● HOW TO COMPLETE THIS TASK
Please set down exactly the lines of the listing below from the line containing "# F2 (on face) → F3 (join)" through the line containing "A parametric FreeCAD", both lines included, leaving out all other lines.

● DATA FOR THIS EXERCISE
+---+
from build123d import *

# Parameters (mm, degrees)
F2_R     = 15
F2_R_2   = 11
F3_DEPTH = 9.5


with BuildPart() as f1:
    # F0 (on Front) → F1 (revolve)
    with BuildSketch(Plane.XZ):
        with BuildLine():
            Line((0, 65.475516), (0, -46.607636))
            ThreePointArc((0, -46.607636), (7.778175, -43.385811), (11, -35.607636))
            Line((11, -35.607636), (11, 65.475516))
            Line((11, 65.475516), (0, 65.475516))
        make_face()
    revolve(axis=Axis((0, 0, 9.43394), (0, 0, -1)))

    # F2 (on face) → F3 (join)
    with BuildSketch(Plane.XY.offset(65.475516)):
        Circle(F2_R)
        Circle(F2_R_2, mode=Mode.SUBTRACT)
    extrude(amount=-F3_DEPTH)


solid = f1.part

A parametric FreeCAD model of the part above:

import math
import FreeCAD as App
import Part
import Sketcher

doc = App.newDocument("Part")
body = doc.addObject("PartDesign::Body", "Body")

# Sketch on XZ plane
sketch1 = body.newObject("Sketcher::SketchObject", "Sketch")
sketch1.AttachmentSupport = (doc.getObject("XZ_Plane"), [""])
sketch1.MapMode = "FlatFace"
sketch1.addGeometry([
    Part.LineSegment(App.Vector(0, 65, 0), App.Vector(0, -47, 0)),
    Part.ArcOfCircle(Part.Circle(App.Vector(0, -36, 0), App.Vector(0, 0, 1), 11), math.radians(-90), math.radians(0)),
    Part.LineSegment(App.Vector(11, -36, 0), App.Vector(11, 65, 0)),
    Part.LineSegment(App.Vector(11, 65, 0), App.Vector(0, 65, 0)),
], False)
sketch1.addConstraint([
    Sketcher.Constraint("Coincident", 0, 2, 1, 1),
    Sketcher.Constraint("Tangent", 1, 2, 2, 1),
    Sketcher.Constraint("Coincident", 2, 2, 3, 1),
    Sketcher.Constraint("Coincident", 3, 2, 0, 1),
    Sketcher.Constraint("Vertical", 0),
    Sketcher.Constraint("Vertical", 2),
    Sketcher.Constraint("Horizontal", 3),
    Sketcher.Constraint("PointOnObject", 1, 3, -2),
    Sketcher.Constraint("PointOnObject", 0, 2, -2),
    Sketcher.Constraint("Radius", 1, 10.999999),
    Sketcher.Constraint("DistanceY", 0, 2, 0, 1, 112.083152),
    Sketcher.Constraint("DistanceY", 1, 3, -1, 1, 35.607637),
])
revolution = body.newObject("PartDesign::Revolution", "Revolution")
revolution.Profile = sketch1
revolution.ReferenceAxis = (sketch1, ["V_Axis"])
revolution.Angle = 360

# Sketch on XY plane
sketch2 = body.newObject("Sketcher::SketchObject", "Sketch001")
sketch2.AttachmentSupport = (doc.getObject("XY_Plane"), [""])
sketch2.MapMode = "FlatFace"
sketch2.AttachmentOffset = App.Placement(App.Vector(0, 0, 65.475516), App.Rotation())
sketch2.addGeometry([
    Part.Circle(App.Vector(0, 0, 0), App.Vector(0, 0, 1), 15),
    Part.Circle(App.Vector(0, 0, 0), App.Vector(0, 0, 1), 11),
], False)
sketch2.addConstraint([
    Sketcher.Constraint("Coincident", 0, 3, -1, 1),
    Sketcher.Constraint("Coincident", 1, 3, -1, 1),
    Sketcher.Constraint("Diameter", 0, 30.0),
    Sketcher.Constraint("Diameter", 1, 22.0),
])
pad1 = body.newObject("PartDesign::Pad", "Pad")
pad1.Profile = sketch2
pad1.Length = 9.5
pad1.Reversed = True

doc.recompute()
+---+
● RESPONSE BOX
    # F2 (on face) → F3 (join)
    with BuildSketch(Plane.XY.offset(65.475516)):
        Circle(F2_R)
        Circle(F2_R_2, mode=Mode.SUBTRACT)
    extrude(amount=-F3_DEPTH)


solid = f1.part

A parametric FreeCAD model of the part above:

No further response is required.